# Statistics Project, Need Help!

Discussion in 'Archive Reports & Interviews' started by Filipinotennis, Apr 10, 2016.

1. ### FilipinotennisNew User

Joined:
Mar 30, 2011
Messages:
53
Hey everyone, my statistics professor is assigning a project where I can choose any topic I like. For my project I am trying to determine whether or not racquet brand affects the number of unforced errors hit in an ATP match. I need help finding old match statistics. I know the ATP website puts up archived stats like 1st serve percentage, aces, etc. but unforced errors are not listed. Do you guys have any suggestions? Any help would be greatly appreciated!

2. ### teekaywhySemi-Pro

Joined:
Jun 19, 2013
Messages:
780
I think you may have chosen to explore a tough one.
You've got several issues to deal with and I'm not sure how you would word your null hypothesis in such a way as to not introduce an easy way to refute your analysis.
#1. Tennis is a two person sport (or 4 if you play doubles). There are other factors involved not the least of which, are the opponents which can induce unforced errors (heretofore referred to as UFE)
#2. Players don't always use the brand the paintjob suggests and I don't think the ATP tracks that sort of thing anyway.
#3. Court surface. Pro players play on all 4 major surfaces. Would you limit yourself to one surface? This is significant as grass has its own challenges with timing as well as clay.
#4. Your sample size may not be helpful even if you could find a player who had a different racquet brand halfway through their career. The possibility of the player themselves being unaccounted for is too significant.
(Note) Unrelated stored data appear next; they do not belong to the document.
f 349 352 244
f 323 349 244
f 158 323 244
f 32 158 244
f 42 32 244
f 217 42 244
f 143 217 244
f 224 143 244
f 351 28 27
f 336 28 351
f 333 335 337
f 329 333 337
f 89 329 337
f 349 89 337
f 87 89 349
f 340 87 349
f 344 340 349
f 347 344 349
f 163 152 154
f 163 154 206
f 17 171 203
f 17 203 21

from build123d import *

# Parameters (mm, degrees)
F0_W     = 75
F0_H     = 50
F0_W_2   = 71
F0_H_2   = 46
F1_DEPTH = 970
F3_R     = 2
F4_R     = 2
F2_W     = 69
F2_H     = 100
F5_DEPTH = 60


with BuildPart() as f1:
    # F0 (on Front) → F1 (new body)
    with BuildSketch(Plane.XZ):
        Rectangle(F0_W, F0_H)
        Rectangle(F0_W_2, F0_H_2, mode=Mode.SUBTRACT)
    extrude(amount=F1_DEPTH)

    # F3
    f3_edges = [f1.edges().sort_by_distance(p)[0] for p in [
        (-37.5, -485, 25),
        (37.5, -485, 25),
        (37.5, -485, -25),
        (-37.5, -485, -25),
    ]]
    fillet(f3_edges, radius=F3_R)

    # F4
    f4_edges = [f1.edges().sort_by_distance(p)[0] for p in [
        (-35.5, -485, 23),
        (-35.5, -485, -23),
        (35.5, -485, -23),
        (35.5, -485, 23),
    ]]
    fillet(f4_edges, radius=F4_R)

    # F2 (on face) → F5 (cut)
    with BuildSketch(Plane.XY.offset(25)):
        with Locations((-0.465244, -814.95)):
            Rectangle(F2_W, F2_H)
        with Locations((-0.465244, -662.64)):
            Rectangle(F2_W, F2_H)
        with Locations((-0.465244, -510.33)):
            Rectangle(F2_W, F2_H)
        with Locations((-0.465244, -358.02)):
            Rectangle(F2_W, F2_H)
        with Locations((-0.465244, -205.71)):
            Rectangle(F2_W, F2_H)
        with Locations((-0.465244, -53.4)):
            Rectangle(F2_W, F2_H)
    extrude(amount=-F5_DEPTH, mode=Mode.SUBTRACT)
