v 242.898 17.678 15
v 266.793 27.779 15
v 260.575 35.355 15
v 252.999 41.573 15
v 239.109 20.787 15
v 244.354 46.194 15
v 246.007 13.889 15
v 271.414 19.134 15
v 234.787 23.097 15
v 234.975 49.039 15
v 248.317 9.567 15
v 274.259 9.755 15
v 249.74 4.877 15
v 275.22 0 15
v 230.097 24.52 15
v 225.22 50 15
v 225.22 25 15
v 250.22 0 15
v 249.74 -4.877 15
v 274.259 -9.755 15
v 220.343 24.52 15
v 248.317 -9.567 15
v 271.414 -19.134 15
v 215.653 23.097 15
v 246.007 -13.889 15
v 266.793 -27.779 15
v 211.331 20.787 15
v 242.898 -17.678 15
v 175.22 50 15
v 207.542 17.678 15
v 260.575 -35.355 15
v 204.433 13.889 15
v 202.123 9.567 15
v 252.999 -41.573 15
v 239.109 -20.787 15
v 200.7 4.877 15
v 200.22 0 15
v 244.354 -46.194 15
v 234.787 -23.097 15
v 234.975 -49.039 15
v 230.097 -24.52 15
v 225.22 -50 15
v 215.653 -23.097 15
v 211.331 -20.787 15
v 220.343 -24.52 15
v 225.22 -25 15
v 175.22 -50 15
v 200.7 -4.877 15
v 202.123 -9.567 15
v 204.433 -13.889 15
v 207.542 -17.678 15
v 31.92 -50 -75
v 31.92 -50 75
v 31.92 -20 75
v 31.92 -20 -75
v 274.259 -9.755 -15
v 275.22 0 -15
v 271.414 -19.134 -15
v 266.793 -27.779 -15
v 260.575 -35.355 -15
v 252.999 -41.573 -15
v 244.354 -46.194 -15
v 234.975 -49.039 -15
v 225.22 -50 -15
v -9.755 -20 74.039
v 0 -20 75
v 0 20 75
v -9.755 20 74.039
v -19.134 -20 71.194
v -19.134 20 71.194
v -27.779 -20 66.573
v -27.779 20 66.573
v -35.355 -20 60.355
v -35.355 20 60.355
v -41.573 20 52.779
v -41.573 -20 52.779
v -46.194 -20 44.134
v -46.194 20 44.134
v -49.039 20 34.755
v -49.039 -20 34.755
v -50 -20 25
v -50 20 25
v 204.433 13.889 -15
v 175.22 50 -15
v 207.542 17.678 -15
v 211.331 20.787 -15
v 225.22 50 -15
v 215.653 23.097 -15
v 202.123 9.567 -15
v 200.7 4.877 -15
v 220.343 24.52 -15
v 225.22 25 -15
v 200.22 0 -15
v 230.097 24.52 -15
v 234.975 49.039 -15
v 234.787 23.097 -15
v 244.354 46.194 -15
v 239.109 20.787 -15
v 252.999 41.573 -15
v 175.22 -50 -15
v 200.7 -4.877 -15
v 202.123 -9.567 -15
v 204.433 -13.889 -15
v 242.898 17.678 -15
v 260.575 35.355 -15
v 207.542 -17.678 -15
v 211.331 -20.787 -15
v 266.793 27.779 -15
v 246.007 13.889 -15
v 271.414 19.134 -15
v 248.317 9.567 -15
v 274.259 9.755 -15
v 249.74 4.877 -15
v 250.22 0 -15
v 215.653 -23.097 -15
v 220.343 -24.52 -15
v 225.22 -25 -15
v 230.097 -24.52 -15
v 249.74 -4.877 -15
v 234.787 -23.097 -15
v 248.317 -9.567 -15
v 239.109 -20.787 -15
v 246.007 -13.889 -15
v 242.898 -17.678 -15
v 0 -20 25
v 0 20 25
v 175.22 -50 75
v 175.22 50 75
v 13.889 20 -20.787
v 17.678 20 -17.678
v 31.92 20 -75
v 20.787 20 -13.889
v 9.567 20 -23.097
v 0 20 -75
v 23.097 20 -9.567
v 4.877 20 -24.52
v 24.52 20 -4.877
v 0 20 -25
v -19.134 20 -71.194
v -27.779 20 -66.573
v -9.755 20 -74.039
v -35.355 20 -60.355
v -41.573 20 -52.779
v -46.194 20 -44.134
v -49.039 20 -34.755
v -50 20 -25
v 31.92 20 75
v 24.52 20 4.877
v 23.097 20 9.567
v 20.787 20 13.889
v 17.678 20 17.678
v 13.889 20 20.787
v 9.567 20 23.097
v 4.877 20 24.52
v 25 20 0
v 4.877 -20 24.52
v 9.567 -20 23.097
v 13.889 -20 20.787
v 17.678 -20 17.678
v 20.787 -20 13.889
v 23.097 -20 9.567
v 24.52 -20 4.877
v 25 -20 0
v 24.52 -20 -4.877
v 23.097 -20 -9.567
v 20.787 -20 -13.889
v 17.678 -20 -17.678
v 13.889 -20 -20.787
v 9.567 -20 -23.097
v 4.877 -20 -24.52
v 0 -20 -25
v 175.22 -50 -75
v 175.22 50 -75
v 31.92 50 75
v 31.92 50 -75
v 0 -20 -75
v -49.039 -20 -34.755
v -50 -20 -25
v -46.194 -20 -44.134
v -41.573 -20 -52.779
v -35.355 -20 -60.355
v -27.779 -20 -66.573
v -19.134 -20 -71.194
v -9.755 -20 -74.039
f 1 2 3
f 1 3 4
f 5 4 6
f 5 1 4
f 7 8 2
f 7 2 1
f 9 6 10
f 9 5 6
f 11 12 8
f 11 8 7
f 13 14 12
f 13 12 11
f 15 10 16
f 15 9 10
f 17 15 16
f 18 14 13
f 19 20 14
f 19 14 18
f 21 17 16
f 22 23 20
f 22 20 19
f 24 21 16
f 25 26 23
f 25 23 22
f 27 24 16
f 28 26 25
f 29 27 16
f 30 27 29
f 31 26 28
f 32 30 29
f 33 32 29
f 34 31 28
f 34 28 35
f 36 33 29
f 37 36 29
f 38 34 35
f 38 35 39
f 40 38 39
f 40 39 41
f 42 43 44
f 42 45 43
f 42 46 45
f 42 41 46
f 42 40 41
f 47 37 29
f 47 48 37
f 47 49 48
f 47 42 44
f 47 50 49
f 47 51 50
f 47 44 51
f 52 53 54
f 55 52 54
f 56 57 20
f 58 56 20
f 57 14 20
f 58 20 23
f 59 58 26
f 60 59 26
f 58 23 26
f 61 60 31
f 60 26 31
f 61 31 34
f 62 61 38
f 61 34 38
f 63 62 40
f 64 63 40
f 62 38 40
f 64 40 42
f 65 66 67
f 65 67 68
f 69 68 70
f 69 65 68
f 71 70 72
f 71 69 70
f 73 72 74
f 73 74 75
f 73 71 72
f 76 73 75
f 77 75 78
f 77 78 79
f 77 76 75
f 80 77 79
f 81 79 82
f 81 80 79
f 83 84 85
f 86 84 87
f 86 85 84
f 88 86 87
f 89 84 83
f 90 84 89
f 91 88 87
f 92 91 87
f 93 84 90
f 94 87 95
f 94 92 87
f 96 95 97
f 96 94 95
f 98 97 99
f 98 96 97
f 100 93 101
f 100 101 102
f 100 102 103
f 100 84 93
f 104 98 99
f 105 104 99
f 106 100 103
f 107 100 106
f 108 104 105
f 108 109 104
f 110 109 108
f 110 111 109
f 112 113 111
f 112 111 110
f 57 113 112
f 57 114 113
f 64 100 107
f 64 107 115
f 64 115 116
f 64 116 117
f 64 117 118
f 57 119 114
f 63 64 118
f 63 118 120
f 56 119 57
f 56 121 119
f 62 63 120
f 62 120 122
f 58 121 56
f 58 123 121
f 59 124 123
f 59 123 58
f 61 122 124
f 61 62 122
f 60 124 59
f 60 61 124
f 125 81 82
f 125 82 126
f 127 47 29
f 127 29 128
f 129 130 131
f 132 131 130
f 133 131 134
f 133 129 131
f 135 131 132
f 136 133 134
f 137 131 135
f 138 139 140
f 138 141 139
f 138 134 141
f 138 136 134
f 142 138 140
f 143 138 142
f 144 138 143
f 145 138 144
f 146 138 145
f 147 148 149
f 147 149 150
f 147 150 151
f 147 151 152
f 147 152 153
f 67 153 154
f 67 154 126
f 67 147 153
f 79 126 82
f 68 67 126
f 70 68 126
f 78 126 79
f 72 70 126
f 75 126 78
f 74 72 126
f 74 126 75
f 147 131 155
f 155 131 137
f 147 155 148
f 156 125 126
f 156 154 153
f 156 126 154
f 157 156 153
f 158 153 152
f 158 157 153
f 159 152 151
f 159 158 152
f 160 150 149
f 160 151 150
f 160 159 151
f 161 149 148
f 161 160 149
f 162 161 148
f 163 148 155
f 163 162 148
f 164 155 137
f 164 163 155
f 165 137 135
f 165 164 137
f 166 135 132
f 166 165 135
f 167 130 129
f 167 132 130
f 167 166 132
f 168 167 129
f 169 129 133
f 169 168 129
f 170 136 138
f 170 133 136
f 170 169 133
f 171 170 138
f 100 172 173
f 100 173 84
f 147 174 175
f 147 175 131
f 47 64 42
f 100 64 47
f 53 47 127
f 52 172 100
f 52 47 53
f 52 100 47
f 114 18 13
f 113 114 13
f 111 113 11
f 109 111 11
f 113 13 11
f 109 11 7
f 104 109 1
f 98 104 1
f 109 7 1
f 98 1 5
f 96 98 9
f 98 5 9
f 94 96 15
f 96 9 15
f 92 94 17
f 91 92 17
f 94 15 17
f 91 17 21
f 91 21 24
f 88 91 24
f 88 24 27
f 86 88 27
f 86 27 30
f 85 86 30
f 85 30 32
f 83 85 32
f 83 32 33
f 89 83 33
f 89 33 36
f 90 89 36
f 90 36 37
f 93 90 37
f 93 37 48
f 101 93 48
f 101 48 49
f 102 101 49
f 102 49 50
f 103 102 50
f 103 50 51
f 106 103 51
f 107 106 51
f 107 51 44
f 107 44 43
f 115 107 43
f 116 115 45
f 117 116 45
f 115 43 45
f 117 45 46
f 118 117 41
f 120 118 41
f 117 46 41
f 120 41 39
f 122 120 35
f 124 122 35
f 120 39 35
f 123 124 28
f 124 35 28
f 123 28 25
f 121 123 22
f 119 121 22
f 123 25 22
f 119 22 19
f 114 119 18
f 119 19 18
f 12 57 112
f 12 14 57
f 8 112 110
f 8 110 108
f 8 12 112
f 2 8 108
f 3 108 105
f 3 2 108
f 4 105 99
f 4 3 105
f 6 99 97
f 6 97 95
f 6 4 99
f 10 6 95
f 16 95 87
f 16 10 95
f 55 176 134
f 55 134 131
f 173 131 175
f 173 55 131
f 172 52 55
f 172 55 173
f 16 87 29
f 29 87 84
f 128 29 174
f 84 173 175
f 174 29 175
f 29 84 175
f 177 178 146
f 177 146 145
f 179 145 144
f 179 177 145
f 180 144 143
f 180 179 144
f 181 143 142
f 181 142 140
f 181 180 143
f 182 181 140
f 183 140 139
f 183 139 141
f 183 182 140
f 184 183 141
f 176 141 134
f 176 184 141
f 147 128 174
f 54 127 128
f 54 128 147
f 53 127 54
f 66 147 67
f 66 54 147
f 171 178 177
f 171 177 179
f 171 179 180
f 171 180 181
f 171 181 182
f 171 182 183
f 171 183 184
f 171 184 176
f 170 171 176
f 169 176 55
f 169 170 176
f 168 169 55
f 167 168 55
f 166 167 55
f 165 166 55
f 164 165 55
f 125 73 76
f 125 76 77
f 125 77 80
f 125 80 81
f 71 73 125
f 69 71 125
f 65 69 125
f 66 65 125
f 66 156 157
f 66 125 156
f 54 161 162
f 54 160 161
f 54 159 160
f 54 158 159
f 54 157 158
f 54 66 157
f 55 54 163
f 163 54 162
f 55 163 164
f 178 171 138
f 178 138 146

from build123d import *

# Parameters (mm, degrees)
BOSS_EXTRUDE1_DEPTH      = 50
BOSS_EXTRUDE1_DEPTH_BACK = 50
FILLET1_R                = 50
CUT_EXTRUDE1_DEPTH       = 298.062325719
CUT_EXTRUDE1_DEPTH_BACK  = 298.062325719
HOLE1_D                  = 50


with BuildPart() as part:
    # Sketch1 → Boss-Extrude1 (new, two sides: drawn at the far end of the back side and taken through both)
    with BuildSketch(Plane(origin=(0, 0, 0), x_dir=(1, 0, 0), z_dir=(0, 1, 0)).offset(-BOSS_EXTRUDE1_DEPTH_BACK)):
        with BuildLine():
            Line((-50, -25), (0, -25))
            ThreePointArc((0, -25), (25, 0), (0, 25))
            Line((0, 25), (-50, 25))
            ThreePointArc((-50, 25), (-35.355339059, 60.355339059), (0, 75))
            Line((0, 75), (175.219958145, 75))
            Line((175.219958145, 75), (175.219958145, 15))
            Line((175.219958145, 15), (275.219958145, 15))
            Line((275.219958145, 15), (275.219958145, -15))
            Line((275.219958145, -15), (175.219958145, -15))
            Line((175.219958145, -15), (175.219958145, -75))
            Line((175.219958145, -75), (0, -75))
            ThreePointArc((0, -75), (-35.355339059, -60.355339059), (-50, -25))
        make_face()
    extrude(amount=BOSS_EXTRUDE1_DEPTH + BOSS_EXTRUDE1_DEPTH_BACK)

    # Fillet1
    fillet1_edges = [part.edges().sort_by_distance(p)[0] for p in [
        (275.219958145, 50, 0),
        (275.219958145, -50, 0),
    ]]
    fillet(fillet1_edges, radius=FILLET1_R - 0.0001)  # a hair under: the kernel refuses the full size

    # Sketch4 → Cut-Extrude1 (cut, two sides: drawn at the far end of the back side and taken through both)
    with BuildSketch(Plane(origin=(0, 0, 25), x_dir=(-1, 0, 0), z_dir=(0, 0, -1)).offset(-CUT_EXTRUDE1_DEPTH_BACK)):
        Polygon((0, 20), (50, 20), (50, 50), (0, 50), (-31.919958145, 50), (-31.919958145, 20), align=None)
        Polygon((0, -20), (50, -20), (50, -50), (0, -50), (-31.919958145, -50), (-31.919958145, -20), align=None)
    extrude(amount=CUT_EXTRUDE1_DEPTH + CUT_EXTRUDE1_DEPTH_BACK, mode=Mode.SUBTRACT)

    # Hole1 (through all)
    with Locations(Plane(origin=(0, 0, -15), x_dir=(-1, 0, 0), z_dir=(0, 0, -1))):
        with Locations((-225.219958145, 0)):
            Hole(HOLE1_D / 2)


solid = part.part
I think id approach your experiment with either a different sport (baseball is first) or try to narrow your hypothesis to something more manageable like service game hold percentage of lefties vs. righties on clay to refute or support correlation between lefty serve efficacy on one particular surface. This may be extrapolated into any number of conclusions.

Good luck!

MethodTennis and yonexRx32 like this.
3. ### MathGeekProfessional

Joined:
Jul 28, 2014
Messages:
1,366
Don't pick a project until you secure access to the data to do it.

You can never be sure of getting the data you need until you have it.

MethodTennis and r2473 like this.
4. ### young prodigyRookie

Joined:
Sep 11, 2016
Messages:
154
also racket brand is categorical data thus it cant necessary be compared to the unforced errors which are quantitative and correlation doesn't imply causation so.

5. ### MathGeekProfessional

Joined:
Jul 28, 2014
Messages:
1,366
It is always true that correlation does not imply causation.

But most of the time the scientific method works by disproving hypotheses, not by proving them. The longer a hypothesis survives and the more tests that fail to disprove a scientific hypothesis, the more likely there is to be something to it.

So while correlation does not imply causation, the absence of correlation does disprove a hypothesis of causation in a properly designed experiment. Experiments that disprove or fail to disprove an interesting hypothesis are themselves relevant and interesting and commonly published. In contrast, I almost always recommend rejection of papers that claim to have proved something. Failing to disprove something is support, not proof.

In most cases, a strong correlation can be said to support a hypothesis in a well designed experiment.

Racquet brand is categorical data, and in most cases of sporting equipment, it is better to use exact make and model. However, a lot of pro equipment is so specialized that make and model are no longer meaningful, which would then require an experimental design that defined some class features that could be known and quantified. But in most cases, the data will not be available for this design.

Most well designed stats experiments hope that potential confounding factors (like athlete ability in this case) cancel each other out through equivalent pools and good sample sizes. I doubt that will be the case with sporting equipment, because in most cases, one manufacturer spends a lot more money paying athletes to use their equipment so the pool of players using one brand is not comparable to the pool of players using another brand.

young prodigy likes this.
6. ### Topspin ShotLegend

Joined:
Jul 24, 2009
Messages:
6,465
I know this is an old thread, but you can definitely compare categorical to continuous data. Look up dummy variables. Also, the big issue with the OP's idea is less the correlation-causation thing and more that there's no way racket brand affects unforced errors.